**What is expected:** What do the lines say, reproduced word for word, from the first of the entries below through the line bearing "v -3 3 -4.35"?

[[ Record set open ]]

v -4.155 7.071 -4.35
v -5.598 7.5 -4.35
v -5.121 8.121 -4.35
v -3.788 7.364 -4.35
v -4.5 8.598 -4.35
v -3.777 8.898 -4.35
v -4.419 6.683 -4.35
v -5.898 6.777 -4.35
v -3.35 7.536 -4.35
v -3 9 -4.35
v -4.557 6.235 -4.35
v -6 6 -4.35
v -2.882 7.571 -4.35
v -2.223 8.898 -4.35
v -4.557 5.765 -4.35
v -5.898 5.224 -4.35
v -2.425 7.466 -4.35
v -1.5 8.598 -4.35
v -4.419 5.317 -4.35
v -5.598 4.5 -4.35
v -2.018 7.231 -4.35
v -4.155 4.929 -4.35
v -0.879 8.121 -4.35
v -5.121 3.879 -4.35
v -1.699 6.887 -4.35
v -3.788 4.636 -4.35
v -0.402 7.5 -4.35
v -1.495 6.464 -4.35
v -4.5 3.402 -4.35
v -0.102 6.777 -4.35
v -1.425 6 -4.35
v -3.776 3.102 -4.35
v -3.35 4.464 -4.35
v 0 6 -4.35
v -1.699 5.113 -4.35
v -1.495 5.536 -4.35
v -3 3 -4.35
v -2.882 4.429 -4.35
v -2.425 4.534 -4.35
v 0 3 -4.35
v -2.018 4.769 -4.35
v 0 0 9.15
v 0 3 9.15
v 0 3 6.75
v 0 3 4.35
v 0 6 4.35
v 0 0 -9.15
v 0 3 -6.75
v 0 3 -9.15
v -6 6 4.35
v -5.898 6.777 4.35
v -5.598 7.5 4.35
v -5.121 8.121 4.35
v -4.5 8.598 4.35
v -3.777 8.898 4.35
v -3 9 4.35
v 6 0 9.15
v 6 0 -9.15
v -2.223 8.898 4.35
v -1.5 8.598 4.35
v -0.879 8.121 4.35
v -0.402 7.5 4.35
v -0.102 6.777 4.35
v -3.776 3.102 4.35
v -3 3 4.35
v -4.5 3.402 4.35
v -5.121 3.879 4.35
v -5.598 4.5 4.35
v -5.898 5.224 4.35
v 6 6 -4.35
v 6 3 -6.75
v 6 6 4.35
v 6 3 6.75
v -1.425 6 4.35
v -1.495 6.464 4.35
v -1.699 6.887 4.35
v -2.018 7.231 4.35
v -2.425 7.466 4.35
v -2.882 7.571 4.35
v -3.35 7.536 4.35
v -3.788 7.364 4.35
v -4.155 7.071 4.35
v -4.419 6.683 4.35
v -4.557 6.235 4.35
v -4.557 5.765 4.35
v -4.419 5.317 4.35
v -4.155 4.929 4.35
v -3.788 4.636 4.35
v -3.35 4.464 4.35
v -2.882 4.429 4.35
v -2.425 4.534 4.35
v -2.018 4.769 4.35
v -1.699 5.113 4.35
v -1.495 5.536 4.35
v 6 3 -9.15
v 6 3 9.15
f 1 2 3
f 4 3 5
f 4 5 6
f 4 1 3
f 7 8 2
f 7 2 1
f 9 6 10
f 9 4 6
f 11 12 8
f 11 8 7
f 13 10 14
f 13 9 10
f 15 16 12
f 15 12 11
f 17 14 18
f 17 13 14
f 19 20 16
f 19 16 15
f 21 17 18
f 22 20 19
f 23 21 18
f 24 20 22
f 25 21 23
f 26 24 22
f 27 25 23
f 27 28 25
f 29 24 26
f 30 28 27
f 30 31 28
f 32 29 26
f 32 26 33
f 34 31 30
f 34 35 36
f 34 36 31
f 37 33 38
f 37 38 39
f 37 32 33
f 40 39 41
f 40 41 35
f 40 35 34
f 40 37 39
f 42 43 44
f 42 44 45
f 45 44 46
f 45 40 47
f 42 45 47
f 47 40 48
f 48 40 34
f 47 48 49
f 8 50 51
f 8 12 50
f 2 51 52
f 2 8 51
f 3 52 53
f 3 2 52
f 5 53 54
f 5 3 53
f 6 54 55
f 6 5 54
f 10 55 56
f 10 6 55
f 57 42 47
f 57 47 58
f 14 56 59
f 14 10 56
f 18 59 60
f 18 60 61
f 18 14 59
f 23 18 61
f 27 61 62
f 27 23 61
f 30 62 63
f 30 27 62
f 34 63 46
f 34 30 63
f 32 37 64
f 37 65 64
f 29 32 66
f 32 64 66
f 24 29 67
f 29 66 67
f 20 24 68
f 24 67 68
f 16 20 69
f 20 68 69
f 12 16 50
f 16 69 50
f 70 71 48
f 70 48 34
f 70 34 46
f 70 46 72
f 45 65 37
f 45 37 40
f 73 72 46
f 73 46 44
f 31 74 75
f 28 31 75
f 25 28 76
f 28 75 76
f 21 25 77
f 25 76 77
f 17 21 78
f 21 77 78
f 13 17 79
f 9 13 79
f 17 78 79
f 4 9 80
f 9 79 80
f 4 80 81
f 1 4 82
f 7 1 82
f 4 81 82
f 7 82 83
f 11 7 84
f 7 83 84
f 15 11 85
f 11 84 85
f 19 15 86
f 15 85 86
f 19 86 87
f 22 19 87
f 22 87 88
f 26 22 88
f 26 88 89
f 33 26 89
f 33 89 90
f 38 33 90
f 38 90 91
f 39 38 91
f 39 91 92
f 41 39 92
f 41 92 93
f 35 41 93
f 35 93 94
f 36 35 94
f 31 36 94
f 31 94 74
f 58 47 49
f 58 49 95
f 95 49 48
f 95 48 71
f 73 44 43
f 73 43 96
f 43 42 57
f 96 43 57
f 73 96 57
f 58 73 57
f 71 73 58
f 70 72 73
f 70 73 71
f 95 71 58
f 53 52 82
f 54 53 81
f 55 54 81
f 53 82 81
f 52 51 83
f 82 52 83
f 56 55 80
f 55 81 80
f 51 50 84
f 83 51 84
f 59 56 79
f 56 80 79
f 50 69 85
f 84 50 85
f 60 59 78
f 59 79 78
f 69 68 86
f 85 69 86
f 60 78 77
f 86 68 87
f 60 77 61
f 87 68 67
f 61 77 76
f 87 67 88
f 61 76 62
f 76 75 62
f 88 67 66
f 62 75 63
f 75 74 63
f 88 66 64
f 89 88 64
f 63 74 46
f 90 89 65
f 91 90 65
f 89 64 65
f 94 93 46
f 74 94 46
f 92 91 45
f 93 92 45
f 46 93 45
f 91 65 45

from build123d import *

# Parameters (mm, degrees)
SKETCH1_W           = 12
SKETCH1_H           = 18.3
BOSS_EXTRUDE1_DEPTH = 3
SKETCH2_W           = 6
SKETCH2_H           = 8.7
BOSS_EXTRUDE2_DEPTH = 6
SKETCH3_R           = 1.575
CUT_EXTRUDE1_DEPTH  = 22.257704486
FILLET1_R           = 3
SKETCH4_W           = 6
SKETCH4_H           = 8.7
BOSS_EXTRUDE3_DEPTH = 3
SKETCH5_W           = 6
SKETCH5_H           = 18.3
CUT_EXTRUDE2_DEPTH  = 3
FILLET2_R           = 3
BOSS_EXTRUDE4_DEPTH = 6


with BuildPart() as part:
    # Sketch1 → Boss-Extrude1 (new body)
    with BuildSketch(Plane(origin=(0, 0, 0), x_dir=(1, 0, 0), z_dir=(0, 1, 0))):
        Rectangle(SKETCH1_W, SKETCH1_H)
    extrude(amount=BOSS_EXTRUDE1_DEPTH)

    # Sketch2 → Boss-Extrude2 (add)
    with BuildSketch(Plane(origin=(0, 3, 0), x_dir=(1, 0, 0), z_dir=(0, 1, 0))):
        with Locations((-3, 0)):
            Rectangle(SKETCH2_W, SKETCH2_H)
    extrude(amount=BOSS_EXTRUDE2_DEPTH)

    # Sketch3 → Cut-Extrude1 (cut, through all)
    with BuildSketch(Plane.XY.offset(9.15)):
        with Locations((-3, 6)):
            Circle(SKETCH3_R)
    extrude(amount=-CUT_EXTRUDE1_DEPTH, mode=Mode.SUBTRACT)

    # Fillet1
    fillet1_edges = [part.edges().sort_by_distance(p)[0] for p in [
        (-6, 9, 0),
        (0, 9, 0),
    ]]
    fillet(fillet1_edges, radius=FILLET1_R - 0.0001)  # a hair under: the kernel refuses the full size

    # Sketch4 → Boss-Extrude3 (add)
    with BuildSketch(Plane(origin=(0, 3, 0), x_dir=(1, 0, 0), z_dir=(0, 1, 0))):
        with Locations((3, 0)):
            Rectangle(SKETCH4_W, SKETCH4_H)
    extrude(amount=BOSS_EXTRUDE3_DEPTH)

    # Sketch5 → Cut-Extrude2 (cut)
    with BuildSketch(Plane.XZ):
        with Locations((-3, 0)):
            Rectangle(SKETCH5_W, SKETCH5_H)
    extrude(amount=-CUT_EXTRUDE2_DEPTH, mode=Mode.SUBTRACT)

    # Fillet2
    fillet2_edges = [part.edges().sort_by_distance(p)[0] for p in [
        (-6, 3, 0),
    ]]
    fillet(fillet2_edges, radius=FILLET2_R)

    # Sketch6 → Boss-Extrude4 (add)
    with BuildSketch(Plane(origin=(6, 0, 0), x_dir=(0, 0, -1), z_dir=(1, 0, 0))):
        Polygon((4.35, 3), (6.75, 3), (4.35, 6), align=None)
        Polygon((-4.35, 3), (-4.35, 6), (-6.75, 3), align=None)
    extrude(amount=-BOSS_EXTRUDE4_DEPTH)


solid = part.part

[[ Record set closed ]]

**Solution:**
v -4.155 7.071 -4.35
v -5.598 7.5 -4.35
v -5.121 8.121 -4.35
v -3.788 7.364 -4.35
v -4.5 8.598 -4.35
v -3.777 8.898 -4.35
v -4.419 6.683 -4.35
v -5.898 6.777 -4.35
v -3.35 7.536 -4.35
v -3 9 -4.35
v -4.557 6.235 -4.35
v -6 6 -4.35
v -2.882 7.571 -4.35
v -2.223 8.898 -4.35
v -4.557 5.765 -4.35
v -5.898 5.224 -4.35
v -2.425 7.466 -4.35
v -1.5 8.598 -4.35
v -4.419 5.317 -4.35
v -5.598 4.5 -4.35
v -2.018 7.231 -4.35
v -4.155 4.929 -4.35
v -0.879 8.121 -4.35
v -5.121 3.879 -4.35
v -1.699 6.887 -4.35
v -3.788 4.636 -4.35
v -0.402 7.5 -4.35
v -1.495 6.464 -4.35
v -4.5 3.402 -4.35
v -0.102 6.777 -4.35
v -1.425 6 -4.35
v -3.776 3.102 -4.35
v -3.35 4.464 -4.35
v 0 6 -4.35
v -1.699 5.113 -4.35
v -1.495 5.536 -4.35
v -3 3 -4.35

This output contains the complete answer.